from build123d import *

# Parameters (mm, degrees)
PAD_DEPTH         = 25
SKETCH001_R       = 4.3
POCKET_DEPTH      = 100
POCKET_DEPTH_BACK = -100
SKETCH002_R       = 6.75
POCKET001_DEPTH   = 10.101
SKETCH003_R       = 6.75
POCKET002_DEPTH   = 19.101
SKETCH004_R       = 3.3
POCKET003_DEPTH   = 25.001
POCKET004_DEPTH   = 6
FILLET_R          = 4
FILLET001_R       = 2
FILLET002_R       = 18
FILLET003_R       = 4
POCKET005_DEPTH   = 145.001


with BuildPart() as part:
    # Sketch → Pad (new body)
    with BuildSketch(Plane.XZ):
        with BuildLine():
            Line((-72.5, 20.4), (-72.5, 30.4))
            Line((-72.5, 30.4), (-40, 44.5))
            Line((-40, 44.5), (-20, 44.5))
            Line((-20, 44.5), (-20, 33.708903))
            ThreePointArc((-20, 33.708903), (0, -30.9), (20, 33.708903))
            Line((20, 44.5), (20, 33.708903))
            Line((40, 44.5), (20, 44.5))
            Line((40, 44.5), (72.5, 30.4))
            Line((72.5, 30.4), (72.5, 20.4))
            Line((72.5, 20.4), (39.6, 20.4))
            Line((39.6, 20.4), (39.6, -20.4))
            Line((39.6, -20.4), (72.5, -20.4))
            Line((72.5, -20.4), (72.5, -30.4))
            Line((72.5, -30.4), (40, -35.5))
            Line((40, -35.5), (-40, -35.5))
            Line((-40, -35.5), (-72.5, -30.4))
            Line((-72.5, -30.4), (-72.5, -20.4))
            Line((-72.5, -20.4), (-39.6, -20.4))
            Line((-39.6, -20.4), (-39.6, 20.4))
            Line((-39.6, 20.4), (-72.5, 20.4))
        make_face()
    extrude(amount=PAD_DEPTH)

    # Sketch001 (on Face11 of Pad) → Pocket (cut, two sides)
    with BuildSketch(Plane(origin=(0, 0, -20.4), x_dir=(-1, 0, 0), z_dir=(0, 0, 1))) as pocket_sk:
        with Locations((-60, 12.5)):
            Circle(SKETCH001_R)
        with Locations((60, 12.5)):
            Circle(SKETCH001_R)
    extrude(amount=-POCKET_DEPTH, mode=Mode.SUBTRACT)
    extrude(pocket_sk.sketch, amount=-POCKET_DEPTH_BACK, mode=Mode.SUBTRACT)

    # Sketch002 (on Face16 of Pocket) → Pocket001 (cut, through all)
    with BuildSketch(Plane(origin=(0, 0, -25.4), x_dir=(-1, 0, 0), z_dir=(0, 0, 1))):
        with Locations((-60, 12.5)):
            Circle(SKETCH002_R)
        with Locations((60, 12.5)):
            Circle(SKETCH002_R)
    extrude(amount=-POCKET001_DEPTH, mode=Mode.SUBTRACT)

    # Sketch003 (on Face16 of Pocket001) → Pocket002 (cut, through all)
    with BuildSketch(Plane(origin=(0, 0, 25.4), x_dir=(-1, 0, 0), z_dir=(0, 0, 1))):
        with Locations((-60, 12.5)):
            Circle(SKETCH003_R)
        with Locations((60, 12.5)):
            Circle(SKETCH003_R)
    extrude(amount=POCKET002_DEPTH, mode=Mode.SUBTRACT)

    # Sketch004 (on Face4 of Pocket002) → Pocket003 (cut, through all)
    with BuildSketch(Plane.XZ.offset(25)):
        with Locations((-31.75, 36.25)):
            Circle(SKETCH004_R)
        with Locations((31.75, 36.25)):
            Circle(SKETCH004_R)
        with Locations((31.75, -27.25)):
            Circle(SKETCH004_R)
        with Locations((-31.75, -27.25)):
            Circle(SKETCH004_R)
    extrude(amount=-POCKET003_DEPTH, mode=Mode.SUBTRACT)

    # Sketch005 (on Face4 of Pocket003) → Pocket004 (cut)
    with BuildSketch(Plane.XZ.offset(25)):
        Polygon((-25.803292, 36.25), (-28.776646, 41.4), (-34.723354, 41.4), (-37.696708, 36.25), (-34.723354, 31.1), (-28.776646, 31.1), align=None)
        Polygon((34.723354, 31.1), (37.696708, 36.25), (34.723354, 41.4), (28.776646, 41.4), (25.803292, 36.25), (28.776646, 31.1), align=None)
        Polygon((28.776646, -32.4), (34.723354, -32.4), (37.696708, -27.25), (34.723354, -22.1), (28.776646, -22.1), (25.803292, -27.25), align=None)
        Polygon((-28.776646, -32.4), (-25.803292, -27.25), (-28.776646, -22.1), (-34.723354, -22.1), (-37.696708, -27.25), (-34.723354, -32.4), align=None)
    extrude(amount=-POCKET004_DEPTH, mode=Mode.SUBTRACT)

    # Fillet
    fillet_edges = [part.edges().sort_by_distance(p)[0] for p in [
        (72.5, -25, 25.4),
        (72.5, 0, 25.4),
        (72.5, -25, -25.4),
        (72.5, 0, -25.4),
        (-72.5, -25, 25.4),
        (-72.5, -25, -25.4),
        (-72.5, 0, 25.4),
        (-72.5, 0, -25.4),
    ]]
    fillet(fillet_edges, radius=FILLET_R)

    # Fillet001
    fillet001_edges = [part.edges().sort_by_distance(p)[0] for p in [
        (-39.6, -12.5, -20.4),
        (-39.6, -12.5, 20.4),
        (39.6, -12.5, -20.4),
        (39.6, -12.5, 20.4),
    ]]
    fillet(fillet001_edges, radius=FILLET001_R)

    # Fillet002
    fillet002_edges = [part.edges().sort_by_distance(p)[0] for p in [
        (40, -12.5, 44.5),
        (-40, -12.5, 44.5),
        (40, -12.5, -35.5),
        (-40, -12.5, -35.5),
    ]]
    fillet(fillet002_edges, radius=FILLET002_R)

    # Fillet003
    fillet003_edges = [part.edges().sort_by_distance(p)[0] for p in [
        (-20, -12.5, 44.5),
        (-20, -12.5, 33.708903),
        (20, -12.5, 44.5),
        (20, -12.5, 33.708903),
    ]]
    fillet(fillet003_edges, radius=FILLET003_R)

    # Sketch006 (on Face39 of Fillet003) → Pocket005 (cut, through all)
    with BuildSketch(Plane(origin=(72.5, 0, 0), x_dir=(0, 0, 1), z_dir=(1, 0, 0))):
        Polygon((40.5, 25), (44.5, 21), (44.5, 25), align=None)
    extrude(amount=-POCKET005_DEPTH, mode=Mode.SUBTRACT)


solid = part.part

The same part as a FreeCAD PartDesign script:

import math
import FreeCAD as App
import Part
import Sketcher
from FreeCAD import Vector
Q = App.Units.Quantity


def edges_at(feature, points):
    """Names of the edges that pass closest to the given points."""
    edges = feature.Shape.Edges
    near = lambda p: min(range(len(edges)), key=lambda i: edges[i].distToShape(Part.Vertex(*p))[0])
    return sorted({f"Edge{near(p) + 1}" for p in points})


def add_polygon(sketch, points):
    """Adds a closed chain of lines whose ends are joined by coincident constraints."""
    first, n = sketch.GeometryCount, len(points)
    for a, b in zip(points, points[1:] + points[:1]):
        sketch.addGeometry(Part.LineSegment(App.Vector(*a, 0), App.Vector(*b, 0)), False)
    for i in range(n):
        sketch.addConstraint(Sketcher.Constraint("Coincident", first + i, 2, first + (i + 1) % n, 1))

doc = App.newDocument("Part")
params = doc.addObject("Spreadsheet::Sheet", "Params")
for row, (alias, value) in enumerate([
    ("sketch1_radius", "35.4 mm"),
    ("sketch1_width", "80 mm"),
    ("sketch1_width2", "20 mm"),
    ("sketch1_height", "10 mm"),
    ("sketch1_width3", "32.9 mm"),
    ("pad1_length", "25 mm"),
    ("sketch2_diameter", "8.6 mm"),
    ("sketch3_diameter", "13.5 mm"),
    ("sketch4_diameter", "13.5 mm"),
    ("sketch5_diameter", "6.6 mm"),
    ("pocket5_length", "6 mm"),
    ("fillet_radius", "4 mm"),
    ("fillet2_radius", "2 mm"),
    ("fillet3_radius", "18 mm"),
    ("fillet4_radius", "4 mm"),
    ("sketch7_width", "4 mm"),
], start=1):
    params.set(f"A{row}", alias)
    params.set(f"B{row}", "=" + value)
    params.setAlias(f"B{row}", alias)

body = doc.addObject("PartDesign::Body", "Body")

# Sketch on XZ plane
sketch1 = body.newObject("Sketcher::SketchObject", "Sketch")
sketch1.AttachmentSupport = (doc.getObject("XZ_Plane"), [""])
sketch1.MapMode = "FlatFace"
sketch1.addGeometry([
    Part.LineSegment(Vector(-72.5, 30.4, 0), Vector(-72.5, 20.4, 0)),  # 0
    Part.LineSegment(Vector(-72.5, 20.4, 0), Vector(-39.6, 20.4, 0)),  # 1
    Part.LineSegment(Vector(-39.6, 20.4, 0), Vector(-39.6, -20.4, 0)),  # 2
    Part.LineSegment(Vector(-39.6, -20.4, 0), Vector(-72.5, -20.4, 0)),  # 3
    Part.LineSegment(Vector(-72.5, -20.4, 0), Vector(-72.5, -30.4, 0)),  # 4
    Part.LineSegment(Vector(-72.5, -30.4, 0), Vector(-40, -35.5, 0)),  # 5
    Part.LineSegment(Vector(-40, -35.5, 0), Vector(40, -35.5, 0)),  # 6
    Part.LineSegment(Vector(40, -35.5, 0), Vector(72.5, -30.4, 0)),  # 7
    Part.LineSegment(Vector(72.5, -30.4, 0), Vector(72.5, -20.4, 0)),  # 8
    Part.LineSegment(Vector(72.5, -20.4, 0), Vector(39.6, -20.4, 0)),  # 9
    Part.LineSegment(Vector(39.6, -20.4, 0), Vector(39.6, 20.4, 0)),  # 10
    Part.LineSegment(Vector(39.6, 20.4, 0), Vector(72.5, 20.4, 0)),  # 11
    Part.LineSegment(Vector(72.5, 20.4, 0), Vector(72.5, 30.4, 0)),  # 12
    Part.LineSegment(Vector(72.5, 30.4, 0), Vector(40, 44.5, 0)),  # 13
    Part.LineSegment(Vector(40, 44.5, 0), Vector(20, 44.5, 0)),  # 14
    Part.LineSegment(Vector(20, 44.5, 0), Vector(20, 33.708903, 0)),  # 15
    Part.ArcOfCircle(Part.Circle(Vector(0, 4.5, 0), Vector(0, 0, 1), 35.4), math.radians(124.40033), math.radians(415.59967)),  # 16
    Part.LineSegment(Vector(-20, 33.708903, 0), Vector(-20, 44.5, 0)),  # 17
    Part.LineSegment(Vector(-20, 44.5, 0), Vector(-40, 44.5, 0)),  # 18
    Part.LineSegment(Vector(-40, 44.5, 0), Vector(-72.5, 30.4, 0)),  # 19
], False)
sketch1.addConstraint([
    Sketcher.Constraint("Coincident", 0, 2, 1, 1),
    Sketcher.Constraint("Coincident", 1, 2, 2, 1),
    Sketcher.Constraint("Coincident", 2, 2, 3, 1),
    Sketcher.Constraint("Coincident", 3, 2, 4, 1),
    Sketcher.Constraint("Coincident", 4, 2, 5, 1),
    Sketcher.Constraint("Coincident", 5, 2, 6, 1),
    Sketcher.Constraint("Coincident", 6, 2, 7, 1),
    Sketcher.Constraint("Coincident", 7, 2, 8, 1),
    Sketcher.Constraint("Coincident", 8, 2, 9, 1),
    Sketcher.Constraint("Coincident", 9, 2, 10, 1),
    Sketcher.Constraint("Coincident", 10, 2, 11, 1),
    Sketcher.Constraint("Coincident", 11, 2, 12, 1),
    Sketcher.Constraint("Coincident", 12, 2, 13, 1),
    Sketcher.Constraint("Coincident", 13, 2, 14, 1),
    Sketcher.Constraint("Coincident", 14, 2, 15, 1),
    Sketcher.Constraint("Coincident", 15, 2, 16, 2),
    Sketcher.Constraint("Coincident", 16, 1, 17, 1),
    Sketcher.Constraint("Coincident", 17, 2, 18, 1),
    Sketcher.Constraint("Coincident", 18, 2, 19, 1),
    Sketcher.Constraint("Coincident", 19, 2, 0, 1),
    Sketcher.Constraint("Vertical", 0),
    Sketcher.Constraint("Horizontal", 1),
    Sketcher.Constraint("Vertical", 2),
    Sketcher.Constraint("Horizontal", 3),
    Sketcher.Constraint("Vertical", 4),
    Sketcher.Constraint("Horizontal", 6),
    Sketcher.Constraint("Vertical", 8),
    Sketcher.Constraint("Horizontal", 9),
    Sketcher.Constraint("Vertical", 10),
    Sketcher.Constraint("Horizontal", 11),
    Sketcher.Constraint("Vertical", 12),
    Sketcher.Constraint("Horizontal", 14),
    Sketcher.Constraint("Vertical", 15),
    Sketcher.Constraint("Vertical", 17),
    Sketcher.Constraint("Horizontal", 18),
    Sketcher.Constraint("Symmetric", 0, 2, 8, 2, -1, 1),
    Sketcher.Constraint("Symmetric", 2, 2, 10, 2, -1, 1),
    Sketcher.Constraint("Symmetric", 4, 2, 12, 2, -1, 1),
    Sketcher.Constraint("Symmetric", 4, 2, 7, 2, -2),
    Sketcher.Constraint("Symmetric", 15, 2, 16, 1, -2),
    Sketcher.Constraint("Symmetric", 13, 2, 18, 2, -2),
    Sketcher.Constraint("Horizontal", 3, 2, 8, 2),
    Sketcher.Constraint("Horizontal", 12, 2, 19, 2),
    Sketcher.Constraint("Vertical", 6, 2, 13, 2),
    Sketcher.Constraint("Vertical", 5, 2, 18, 2),
    Sketcher.Constraint("Radius", 16, 35.4),
    Sketcher.Constraint("DistanceX", 6, 1, 6, 2, 80.0),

============

— TASK OBJECTIVE —
Copy each line of the data above that holds "SUBTRACT".

— OUTPUT —
    extrude(amount=-POCKET_DEPTH, mode=Mode.SUBTRACT)
    extrude(pocket_sk.sketch, amount=-POCKET_DEPTH_BACK, mode=Mode.SUBTRACT)
    extrude(amount=-POCKET001_DEPTH, mode=Mode.SUBTRACT)
    extrude(amount=POCKET002_DEPTH, mode=Mode.SUBTRACT)
    extrude(amount=-POCKET003_DEPTH, mode=Mode.SUBTRACT)
    extrude(amount=-POCKET004_DEPTH, mode=Mode.SUBTRACT)
    extrude(amount=-POCKET005_DEPTH, mode=Mode.SUBTRACT)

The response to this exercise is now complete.